在2015年基金设立时,梅泰诺将其认定为可供出售金融资产;而前不久,梅泰诺收购了其余lp的份额之后,在2017年的半年报中,对产业基金并表了。产业基金的主要对外投资是梅泰诺的子公司,2015年子公司处于亏损状态,2017年由亏转盈。

梅泰诺成立并购基金的主要目的还是引入投资者,对于亏损子公司始终构成控制,且后者的亏损并不多。因此,并购基金的出表和并表对于梅泰诺的净利润并没有太大的影响。

但这无疑为我们提供了一个新思路,是不是可以利用产业基金将亏损子公司出表列为可供出售金融资产,待其具备盈利能力之后,再将其并表? 

或者当投资一个业绩不佳/处于初创期的公司时,先将其放到产业基金下出表,待其具备盈利能力之后,再将其并表? 

具体看看梅泰诺的产业基金。

2015 年2 月27 日,梅泰诺与嘉加工业、上海瑾益及德广盛安共同发起设立产业基金上海锦阜投资管理中心(有限合伙)。由德广盛安担任合伙企业的普通合伙人/管理人。各方的认缴出资额和比例如下:

 

在2015年的年报中,梅泰诺将产业基金认定为可供出售金融资产。

而就在2017年4月22日,梅泰诺发布公告称,梅泰诺决定收购嘉业工业、上海瑾益持有的并购基金1.5亿、0.5亿份财产份额。在2017年半年报中,梅泰诺将并购基金纳入合并范围。

为什么梅泰诺作为lp却可以并表呢? 

如果大家阅读下产业基金的具体条款,就会发现,这个基金就是梅泰诺为了子公司的发展引入财务投资者而设立的,gp其实只是以代理人的身份在管理基金。 
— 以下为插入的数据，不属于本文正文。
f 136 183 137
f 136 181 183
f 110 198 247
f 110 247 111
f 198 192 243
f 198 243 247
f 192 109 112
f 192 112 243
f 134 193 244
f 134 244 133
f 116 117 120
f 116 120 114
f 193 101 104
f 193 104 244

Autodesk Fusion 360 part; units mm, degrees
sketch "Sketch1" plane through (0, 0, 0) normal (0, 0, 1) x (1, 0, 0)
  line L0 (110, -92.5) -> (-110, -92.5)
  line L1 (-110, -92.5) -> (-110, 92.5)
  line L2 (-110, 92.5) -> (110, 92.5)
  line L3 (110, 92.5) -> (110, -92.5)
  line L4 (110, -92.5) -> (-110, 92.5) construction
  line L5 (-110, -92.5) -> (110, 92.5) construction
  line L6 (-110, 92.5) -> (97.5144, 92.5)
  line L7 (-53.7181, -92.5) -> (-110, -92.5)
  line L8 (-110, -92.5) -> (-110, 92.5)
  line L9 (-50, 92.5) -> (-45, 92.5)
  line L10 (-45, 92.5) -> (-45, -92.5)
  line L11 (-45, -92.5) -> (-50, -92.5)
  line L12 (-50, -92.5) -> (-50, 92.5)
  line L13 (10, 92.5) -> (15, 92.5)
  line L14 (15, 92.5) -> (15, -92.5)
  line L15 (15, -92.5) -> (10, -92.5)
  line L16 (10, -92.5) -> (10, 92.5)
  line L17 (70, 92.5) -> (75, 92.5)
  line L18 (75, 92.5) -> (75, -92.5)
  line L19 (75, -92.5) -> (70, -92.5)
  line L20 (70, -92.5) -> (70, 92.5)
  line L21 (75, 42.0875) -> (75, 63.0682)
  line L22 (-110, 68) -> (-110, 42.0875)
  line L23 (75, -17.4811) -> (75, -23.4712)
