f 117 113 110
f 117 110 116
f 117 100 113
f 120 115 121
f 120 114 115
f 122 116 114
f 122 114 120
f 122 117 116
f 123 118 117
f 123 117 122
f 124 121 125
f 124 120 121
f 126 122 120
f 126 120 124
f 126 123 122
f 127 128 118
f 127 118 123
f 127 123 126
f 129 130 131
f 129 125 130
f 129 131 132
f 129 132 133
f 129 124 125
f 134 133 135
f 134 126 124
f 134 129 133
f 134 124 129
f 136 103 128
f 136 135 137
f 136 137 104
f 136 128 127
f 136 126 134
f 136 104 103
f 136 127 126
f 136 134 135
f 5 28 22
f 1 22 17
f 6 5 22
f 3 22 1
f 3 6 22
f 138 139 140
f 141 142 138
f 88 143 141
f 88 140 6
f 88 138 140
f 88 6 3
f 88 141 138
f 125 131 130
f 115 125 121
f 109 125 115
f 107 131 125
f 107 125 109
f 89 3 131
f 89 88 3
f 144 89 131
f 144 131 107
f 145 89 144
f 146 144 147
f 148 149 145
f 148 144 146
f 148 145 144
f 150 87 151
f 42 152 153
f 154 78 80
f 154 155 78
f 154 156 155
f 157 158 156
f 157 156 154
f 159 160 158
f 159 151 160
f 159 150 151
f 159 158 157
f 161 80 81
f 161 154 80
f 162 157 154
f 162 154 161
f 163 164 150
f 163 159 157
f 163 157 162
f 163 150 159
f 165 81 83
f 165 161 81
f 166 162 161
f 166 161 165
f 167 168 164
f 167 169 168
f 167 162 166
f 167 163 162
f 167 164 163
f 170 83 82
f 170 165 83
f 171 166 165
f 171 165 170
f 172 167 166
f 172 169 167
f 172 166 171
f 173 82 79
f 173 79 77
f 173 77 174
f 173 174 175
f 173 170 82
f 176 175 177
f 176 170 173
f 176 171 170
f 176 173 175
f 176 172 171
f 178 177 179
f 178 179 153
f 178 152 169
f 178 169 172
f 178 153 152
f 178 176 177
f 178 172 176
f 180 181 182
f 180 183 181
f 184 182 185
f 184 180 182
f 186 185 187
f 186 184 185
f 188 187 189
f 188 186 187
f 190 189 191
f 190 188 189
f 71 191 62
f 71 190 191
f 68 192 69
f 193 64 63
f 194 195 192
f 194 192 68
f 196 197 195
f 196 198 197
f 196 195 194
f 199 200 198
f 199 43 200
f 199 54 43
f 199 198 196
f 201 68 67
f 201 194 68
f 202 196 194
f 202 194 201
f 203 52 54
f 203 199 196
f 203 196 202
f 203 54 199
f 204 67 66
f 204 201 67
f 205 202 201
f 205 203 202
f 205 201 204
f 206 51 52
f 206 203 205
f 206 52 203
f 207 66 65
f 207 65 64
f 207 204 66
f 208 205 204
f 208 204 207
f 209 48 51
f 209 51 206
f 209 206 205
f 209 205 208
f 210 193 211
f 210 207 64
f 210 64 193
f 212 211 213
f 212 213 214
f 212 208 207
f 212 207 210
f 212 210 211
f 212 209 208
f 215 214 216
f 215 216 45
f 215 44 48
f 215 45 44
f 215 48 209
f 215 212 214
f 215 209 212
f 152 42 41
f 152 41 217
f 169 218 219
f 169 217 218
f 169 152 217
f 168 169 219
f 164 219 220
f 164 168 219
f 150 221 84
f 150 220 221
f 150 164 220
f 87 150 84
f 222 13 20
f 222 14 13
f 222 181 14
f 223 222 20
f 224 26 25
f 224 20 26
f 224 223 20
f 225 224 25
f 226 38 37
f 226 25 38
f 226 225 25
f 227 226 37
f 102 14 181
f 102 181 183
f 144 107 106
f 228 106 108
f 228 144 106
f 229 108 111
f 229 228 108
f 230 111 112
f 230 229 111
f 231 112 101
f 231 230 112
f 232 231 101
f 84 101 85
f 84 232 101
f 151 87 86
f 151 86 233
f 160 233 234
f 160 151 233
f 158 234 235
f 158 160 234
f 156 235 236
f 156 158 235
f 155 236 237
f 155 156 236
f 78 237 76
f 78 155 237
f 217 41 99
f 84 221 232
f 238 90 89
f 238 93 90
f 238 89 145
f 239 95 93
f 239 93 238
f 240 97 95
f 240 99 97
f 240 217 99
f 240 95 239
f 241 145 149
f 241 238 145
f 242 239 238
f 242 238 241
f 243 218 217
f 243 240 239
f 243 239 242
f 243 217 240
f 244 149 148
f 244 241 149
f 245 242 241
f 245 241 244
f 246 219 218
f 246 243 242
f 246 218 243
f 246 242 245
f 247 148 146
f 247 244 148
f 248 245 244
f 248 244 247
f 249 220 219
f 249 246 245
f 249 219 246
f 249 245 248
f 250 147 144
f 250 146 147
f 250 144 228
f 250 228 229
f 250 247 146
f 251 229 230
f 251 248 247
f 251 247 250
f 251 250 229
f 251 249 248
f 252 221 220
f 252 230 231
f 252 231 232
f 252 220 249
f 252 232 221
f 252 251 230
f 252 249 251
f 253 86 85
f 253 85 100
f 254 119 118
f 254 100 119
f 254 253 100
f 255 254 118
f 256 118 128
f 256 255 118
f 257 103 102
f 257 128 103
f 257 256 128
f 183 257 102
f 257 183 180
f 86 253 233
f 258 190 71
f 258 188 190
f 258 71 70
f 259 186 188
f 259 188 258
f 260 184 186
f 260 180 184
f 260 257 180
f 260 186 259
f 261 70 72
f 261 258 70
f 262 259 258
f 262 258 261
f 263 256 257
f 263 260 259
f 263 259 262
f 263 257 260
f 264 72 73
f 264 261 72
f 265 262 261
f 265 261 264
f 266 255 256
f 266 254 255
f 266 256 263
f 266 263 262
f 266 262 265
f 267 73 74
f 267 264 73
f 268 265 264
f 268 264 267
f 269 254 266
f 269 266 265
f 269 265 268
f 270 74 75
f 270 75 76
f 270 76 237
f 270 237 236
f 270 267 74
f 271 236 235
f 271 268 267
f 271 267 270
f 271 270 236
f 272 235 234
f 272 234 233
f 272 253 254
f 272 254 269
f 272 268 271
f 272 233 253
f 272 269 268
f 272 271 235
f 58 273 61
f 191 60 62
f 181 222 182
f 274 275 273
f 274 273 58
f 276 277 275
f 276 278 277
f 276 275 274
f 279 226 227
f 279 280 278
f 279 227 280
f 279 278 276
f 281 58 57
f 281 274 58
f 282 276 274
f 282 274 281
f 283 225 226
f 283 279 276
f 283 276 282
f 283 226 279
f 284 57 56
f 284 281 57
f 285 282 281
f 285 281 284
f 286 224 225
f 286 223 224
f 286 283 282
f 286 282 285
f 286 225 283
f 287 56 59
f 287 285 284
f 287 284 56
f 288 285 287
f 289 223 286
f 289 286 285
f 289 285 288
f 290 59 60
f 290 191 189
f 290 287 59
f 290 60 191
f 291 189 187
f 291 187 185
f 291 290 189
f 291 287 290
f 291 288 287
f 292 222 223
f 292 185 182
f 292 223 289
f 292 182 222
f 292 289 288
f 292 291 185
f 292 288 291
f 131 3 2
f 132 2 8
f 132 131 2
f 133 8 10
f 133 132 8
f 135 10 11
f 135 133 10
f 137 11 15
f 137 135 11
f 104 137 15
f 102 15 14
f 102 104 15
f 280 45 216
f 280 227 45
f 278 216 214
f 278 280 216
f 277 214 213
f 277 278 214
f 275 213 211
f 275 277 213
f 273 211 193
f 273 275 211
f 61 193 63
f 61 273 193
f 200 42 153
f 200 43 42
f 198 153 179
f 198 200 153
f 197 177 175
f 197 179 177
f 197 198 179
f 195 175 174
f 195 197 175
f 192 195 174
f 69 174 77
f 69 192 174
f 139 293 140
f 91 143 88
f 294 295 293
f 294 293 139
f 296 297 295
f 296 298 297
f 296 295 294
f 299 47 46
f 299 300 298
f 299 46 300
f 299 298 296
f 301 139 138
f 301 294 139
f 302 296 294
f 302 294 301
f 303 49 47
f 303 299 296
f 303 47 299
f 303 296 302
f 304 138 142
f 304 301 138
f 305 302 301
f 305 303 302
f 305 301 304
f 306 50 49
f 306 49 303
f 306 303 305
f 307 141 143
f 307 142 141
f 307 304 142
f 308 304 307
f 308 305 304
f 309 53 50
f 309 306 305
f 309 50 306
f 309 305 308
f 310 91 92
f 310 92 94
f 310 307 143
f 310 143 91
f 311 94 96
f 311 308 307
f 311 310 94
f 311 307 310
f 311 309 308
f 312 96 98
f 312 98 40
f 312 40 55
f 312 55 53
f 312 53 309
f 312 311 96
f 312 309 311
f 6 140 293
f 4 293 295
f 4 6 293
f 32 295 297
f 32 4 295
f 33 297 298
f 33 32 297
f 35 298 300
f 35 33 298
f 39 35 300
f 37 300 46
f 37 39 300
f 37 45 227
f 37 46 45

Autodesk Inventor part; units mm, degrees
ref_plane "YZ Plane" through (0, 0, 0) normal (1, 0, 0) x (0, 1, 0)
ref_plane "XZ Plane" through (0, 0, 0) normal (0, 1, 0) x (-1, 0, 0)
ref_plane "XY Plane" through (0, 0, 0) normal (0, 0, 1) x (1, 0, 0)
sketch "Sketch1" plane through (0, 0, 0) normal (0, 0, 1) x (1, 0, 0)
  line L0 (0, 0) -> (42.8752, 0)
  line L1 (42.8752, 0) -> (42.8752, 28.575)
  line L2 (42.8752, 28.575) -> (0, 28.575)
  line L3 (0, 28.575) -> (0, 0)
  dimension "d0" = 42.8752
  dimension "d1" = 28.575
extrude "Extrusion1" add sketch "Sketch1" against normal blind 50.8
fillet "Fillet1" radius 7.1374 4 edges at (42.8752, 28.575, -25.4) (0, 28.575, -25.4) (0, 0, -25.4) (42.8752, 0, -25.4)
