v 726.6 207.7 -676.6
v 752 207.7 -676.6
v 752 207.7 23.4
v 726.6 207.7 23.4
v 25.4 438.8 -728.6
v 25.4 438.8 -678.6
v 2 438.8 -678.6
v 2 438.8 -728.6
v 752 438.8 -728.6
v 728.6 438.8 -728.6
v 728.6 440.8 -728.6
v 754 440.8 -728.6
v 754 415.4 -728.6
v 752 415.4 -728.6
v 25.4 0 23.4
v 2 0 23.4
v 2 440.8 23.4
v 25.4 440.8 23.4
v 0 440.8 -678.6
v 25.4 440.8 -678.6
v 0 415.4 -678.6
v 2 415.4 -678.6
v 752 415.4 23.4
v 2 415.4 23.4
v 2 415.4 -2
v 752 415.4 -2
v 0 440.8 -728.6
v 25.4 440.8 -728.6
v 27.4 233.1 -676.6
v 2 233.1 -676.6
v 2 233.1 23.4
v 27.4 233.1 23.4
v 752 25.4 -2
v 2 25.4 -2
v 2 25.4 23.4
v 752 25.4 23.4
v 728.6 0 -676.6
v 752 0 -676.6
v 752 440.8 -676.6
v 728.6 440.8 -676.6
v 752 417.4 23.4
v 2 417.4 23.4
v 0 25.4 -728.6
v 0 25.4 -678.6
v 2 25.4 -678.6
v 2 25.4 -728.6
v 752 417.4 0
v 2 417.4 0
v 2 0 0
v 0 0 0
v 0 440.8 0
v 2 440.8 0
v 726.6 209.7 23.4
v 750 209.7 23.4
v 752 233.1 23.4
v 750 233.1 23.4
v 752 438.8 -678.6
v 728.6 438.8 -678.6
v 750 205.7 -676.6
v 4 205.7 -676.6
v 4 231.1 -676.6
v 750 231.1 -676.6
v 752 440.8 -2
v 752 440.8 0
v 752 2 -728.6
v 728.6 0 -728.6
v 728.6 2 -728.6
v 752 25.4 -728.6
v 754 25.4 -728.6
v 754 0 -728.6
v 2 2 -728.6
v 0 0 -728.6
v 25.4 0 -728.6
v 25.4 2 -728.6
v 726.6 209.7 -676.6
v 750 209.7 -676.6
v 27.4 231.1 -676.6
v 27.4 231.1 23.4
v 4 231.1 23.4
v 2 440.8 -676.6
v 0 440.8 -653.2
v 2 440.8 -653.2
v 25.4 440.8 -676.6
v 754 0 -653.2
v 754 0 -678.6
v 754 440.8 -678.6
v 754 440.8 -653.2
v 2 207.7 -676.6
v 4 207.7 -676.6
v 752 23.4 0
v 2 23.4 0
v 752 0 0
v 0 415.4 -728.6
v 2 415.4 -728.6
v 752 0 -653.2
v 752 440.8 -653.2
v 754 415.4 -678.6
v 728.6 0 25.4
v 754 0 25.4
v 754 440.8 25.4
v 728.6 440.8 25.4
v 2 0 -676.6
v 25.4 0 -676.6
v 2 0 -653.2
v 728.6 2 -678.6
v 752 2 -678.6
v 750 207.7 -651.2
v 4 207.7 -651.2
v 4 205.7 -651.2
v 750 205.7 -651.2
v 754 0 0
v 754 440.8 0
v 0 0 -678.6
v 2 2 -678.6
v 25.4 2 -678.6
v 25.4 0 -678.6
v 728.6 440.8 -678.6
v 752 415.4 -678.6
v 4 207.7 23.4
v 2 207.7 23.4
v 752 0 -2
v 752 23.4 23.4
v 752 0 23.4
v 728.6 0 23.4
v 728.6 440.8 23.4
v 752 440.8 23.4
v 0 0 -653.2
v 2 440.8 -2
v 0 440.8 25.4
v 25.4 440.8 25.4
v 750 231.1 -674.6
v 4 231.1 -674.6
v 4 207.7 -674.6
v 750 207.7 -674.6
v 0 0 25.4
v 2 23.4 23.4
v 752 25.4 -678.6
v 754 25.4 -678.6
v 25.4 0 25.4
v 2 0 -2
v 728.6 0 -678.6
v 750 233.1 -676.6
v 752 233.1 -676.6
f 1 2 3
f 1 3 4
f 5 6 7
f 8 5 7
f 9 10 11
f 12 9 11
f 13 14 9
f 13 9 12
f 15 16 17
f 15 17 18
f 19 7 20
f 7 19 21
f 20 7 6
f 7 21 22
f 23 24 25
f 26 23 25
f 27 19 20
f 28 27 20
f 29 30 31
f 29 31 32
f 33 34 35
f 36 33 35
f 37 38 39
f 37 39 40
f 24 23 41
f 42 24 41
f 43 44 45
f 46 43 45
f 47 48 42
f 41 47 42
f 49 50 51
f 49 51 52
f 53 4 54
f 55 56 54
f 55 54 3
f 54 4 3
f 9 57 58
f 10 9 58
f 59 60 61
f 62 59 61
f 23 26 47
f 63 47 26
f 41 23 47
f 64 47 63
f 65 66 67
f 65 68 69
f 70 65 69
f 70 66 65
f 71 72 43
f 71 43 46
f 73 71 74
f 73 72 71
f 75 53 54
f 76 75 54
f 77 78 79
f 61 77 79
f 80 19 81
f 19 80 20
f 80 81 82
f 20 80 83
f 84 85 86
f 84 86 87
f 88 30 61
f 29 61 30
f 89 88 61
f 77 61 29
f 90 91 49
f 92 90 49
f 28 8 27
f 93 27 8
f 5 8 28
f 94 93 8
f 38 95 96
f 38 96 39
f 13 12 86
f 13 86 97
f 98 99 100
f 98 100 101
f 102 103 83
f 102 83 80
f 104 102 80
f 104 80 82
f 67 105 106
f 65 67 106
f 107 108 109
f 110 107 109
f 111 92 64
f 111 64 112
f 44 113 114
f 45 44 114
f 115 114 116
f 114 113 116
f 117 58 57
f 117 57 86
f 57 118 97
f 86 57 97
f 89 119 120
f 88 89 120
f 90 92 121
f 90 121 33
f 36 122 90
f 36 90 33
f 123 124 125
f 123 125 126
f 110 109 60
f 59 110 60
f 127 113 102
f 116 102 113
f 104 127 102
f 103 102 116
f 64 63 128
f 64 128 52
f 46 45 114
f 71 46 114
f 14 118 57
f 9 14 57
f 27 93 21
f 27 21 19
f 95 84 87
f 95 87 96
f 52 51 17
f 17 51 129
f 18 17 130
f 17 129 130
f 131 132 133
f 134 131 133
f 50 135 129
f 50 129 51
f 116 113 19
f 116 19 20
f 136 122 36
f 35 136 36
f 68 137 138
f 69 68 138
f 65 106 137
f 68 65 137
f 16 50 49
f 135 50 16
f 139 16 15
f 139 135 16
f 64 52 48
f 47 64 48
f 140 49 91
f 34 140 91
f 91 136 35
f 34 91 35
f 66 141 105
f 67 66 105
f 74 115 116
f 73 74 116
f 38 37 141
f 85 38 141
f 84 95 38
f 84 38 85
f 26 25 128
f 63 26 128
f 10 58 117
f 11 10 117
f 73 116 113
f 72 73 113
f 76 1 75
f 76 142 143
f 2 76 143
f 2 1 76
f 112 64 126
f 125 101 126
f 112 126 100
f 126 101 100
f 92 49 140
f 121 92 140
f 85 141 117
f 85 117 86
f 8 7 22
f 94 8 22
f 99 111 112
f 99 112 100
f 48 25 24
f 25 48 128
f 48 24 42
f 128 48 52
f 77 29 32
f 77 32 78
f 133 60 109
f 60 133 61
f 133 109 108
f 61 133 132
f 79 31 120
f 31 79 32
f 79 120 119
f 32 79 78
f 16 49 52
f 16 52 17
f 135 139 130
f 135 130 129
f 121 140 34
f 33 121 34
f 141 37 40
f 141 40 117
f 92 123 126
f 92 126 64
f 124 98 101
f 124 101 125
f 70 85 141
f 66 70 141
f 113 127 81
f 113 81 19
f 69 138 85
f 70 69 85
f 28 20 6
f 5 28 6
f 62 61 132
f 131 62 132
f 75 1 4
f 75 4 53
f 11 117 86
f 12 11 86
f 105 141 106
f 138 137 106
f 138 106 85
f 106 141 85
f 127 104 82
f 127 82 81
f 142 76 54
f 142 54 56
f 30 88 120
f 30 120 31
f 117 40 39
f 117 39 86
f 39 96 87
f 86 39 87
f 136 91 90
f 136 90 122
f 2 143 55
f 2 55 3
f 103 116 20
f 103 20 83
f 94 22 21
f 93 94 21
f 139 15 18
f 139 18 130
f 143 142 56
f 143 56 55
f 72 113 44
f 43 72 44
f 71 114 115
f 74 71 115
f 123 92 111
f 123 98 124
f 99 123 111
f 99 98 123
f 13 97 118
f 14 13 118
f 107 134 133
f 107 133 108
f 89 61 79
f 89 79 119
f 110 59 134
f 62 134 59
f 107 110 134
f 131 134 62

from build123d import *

# Parameters (mm, degrees)
F1_DEPTH  = 440.8
F2_W      = 2
F2_H      = 23.4
F3_DEPTH  = 750
F5_DEPTH  = 440.8
F7_DEPTH  = 700
F9_DEPTH  = 440.8
F11_DEPTH = 50
F13_DEPTH = 746


with BuildPart() as f1:
    # F0 (on Front) → F1 (new body)
    with BuildSketch(Plane.XZ):
        Polygon((0, 25.4), (0, 0), (2, 0), (2, 23.4), (25.4, 23.4), (25.4, 25.4), align=None)
    extrude(amount=-F1_DEPTH)


with BuildPart() as f3:
    # F2 (on face) → F3 (new body)
    with BuildSketch(Plane.YZ.offset(2)):
        with Locations((24.4, 11.7)):
            Rectangle(F2_W, F2_H)
        Polygon((25.4, -2), (25.4, 0), (23.4, 0), (0, 0), (0, -2), align=None)
        with Locations((416.4, 11.7)):
            Rectangle(F2_W, F2_H)
        Polygon((417.4, 0), (415.4, 0), (415.4, -2), (440.8, -2), (440.8, 0), align=None)
    extrude(amount=F3_DEPTH)


with BuildPart() as f5:
    # F4 (on Front) → F5 (new body)
    with BuildSketch(Plane.XZ):
        Polygon((752, 0), (754, 0), (754, 25.4), (728.6, 25.4), (728.6, 23.4), (752, 23.4), align=None)
    extrude(amount=-F5_DEPTH)


with BuildPart() as f7:
    # F6 (on face) → F7 (new body)
    with BuildSketch(Plane(origin=(0, 0, 23.4), x_dir=(1, 0, 0), z_dir=(0, 0, -1))):
        Polygon((2, -207.7), (2, -220.4), (2, -233.1), (27.4, -233.1), (27.4, -231.1), (4, -231.1), (4, -207.7), align=None)
        Polygon((752, -233.1), (752, -220.4), (752, -207.7), (726.6, -207.7), (726.6, -209.7), (750, -209.7), (750, -233.1), align=None)
    extrude(amount=F7_DEPTH)


with BuildPart() as f9:
    # F8 (on Front) → F9 (new body)
    with BuildSketch(Plane.XZ):
        Polygon((25.4, -678.6), (25.4, -676.6), (2, -676.6), (2, -653.2), (0, -653.2), (0, -678.6), align=None)
        Polygon((752, -676.6), (728.6, -676.6), (728.6, -678.6), (754, -678.6), (754, -653.2), (752, -653.2), align=None)
    extrude(amount=-F9_DEPTH)


with BuildPart() as f11:
    # F10 (on face) → F11 (new body)
    with BuildSketch(Plane(origin=(0, 0, -678.6), x_dir=(1, 0, 0), z_dir=(0, 0, -1))):
        Polygon((25.4, 0), (0, 0), (0, -25.4), (2, -25.4), (2, -2), (25.4, -2), align=None)
        Polygon((0, -415.4), (0, -440.8), (25.4, -440.8), (25.4, -438.8), (2, -438.8), (2, -415.4), align=None)
        Polygon((728.6, 0), (728.6, -2), (752, -2), (752, -25.4), (754, -25.4), (754, 0), align=None)
        Polygon((752, -438.8), (728.6, -438.8), (728.6, -440.8), (754, -440.8), (754, -415.4), (752, -415.4), align=None)
    extrude(amount=F11_DEPTH)


with BuildPart() as f13:
    # F12 (on face) → F13 (new body, through all)
    with BuildSketch(Plane.YZ.offset(4)):
        Polygon((205.7, -676.6), (231.1, -676.6), (231.1, -674.6), (207.7, -674.6), (207.7, -651.2), (205.7, -651.2), align=None)
    extrude(amount=F13_DEPTH)


solid = Compound([f1.part, f3.part, f5.part, f7.part, f9.part, f11.part, f13.part])
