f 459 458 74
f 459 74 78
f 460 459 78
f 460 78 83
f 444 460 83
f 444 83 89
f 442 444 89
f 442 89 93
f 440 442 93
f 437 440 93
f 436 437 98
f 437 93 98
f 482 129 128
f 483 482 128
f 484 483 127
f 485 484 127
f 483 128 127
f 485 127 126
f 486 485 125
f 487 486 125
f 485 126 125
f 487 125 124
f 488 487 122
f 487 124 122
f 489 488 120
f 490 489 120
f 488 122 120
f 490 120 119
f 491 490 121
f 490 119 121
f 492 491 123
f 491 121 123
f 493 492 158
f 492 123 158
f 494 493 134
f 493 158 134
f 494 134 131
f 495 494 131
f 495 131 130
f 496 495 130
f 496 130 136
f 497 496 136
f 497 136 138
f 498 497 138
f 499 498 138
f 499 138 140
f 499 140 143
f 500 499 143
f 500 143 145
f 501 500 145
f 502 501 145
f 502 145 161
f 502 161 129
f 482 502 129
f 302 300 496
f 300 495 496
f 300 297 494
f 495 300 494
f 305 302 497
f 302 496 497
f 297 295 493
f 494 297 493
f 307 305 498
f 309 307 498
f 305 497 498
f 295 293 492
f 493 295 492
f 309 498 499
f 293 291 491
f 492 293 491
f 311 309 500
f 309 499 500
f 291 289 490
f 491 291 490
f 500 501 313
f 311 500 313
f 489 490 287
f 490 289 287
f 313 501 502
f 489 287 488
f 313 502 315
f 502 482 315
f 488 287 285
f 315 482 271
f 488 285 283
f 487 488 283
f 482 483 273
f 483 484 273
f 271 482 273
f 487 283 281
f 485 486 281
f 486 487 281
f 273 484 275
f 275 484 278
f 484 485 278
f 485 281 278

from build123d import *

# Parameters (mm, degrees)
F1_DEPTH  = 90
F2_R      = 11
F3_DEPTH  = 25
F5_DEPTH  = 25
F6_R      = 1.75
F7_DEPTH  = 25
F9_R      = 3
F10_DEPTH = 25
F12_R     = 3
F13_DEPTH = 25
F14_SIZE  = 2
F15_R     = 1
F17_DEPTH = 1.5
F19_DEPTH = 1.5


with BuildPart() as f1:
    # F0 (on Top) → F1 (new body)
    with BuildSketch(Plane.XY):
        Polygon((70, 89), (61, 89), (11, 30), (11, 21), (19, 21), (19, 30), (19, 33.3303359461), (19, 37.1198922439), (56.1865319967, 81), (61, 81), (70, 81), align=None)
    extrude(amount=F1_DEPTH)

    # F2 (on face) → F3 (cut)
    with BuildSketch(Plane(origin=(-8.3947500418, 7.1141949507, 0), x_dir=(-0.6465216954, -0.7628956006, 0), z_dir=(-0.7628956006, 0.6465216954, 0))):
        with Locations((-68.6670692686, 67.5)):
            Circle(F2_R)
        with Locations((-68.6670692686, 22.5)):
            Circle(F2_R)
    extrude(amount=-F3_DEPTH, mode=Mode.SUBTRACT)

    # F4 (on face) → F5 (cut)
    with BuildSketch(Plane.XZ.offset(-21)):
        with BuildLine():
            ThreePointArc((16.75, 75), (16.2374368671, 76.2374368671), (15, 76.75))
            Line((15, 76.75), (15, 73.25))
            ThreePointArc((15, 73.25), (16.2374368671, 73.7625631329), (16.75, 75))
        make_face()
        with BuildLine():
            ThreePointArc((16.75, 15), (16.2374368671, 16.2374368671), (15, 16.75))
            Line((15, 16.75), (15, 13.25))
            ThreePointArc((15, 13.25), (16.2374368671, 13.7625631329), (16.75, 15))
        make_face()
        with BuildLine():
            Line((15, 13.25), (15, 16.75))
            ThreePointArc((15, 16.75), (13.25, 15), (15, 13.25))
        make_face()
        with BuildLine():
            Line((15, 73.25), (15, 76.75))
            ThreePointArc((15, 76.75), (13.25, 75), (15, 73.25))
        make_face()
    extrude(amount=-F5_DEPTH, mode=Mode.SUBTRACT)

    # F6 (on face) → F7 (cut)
例如在退出方式上,章程约定“合伙企业参与或收购标的后,将对其进行孵化和培育,待培育成熟、业务发展稳定后,在符合条件情况下,由梅泰诺优先进行收购,并购基金投资实现退出。” 

在梅泰诺完成对于其他两方lp的收购后,梅泰诺获得了投资决策委员会的全部席位,也就对产业基金构成了控制。

产业基金的主要投资是对梅泰诺子公司基础设施公司的49%股权。 

2015年3月18日,产业基金向基础设施公司增资22,050万元,其中9,607.84 万元计入基础设施公司注册资本、12,442.16 万元计入基础设施公司资本公积金。增资后,合伙企业在基础设施公司的持股比例为49%;梅泰诺对基础设施公司持股比例由100%降为51%,未丧失控制权。

基础设施公司原为梅泰诺的全资子公司,其2012年、2013年、2014年的净利润分布为-25.12万元、-46.46万元、-249.82万元。引入投资者后,经过一段时间的发展,并表时2017年6月并购基金上海锦阜的净利润为126.03万元。

由于产业基金的主要资产就是基础设施公司,也就是说基础设施公司由亏转盈了。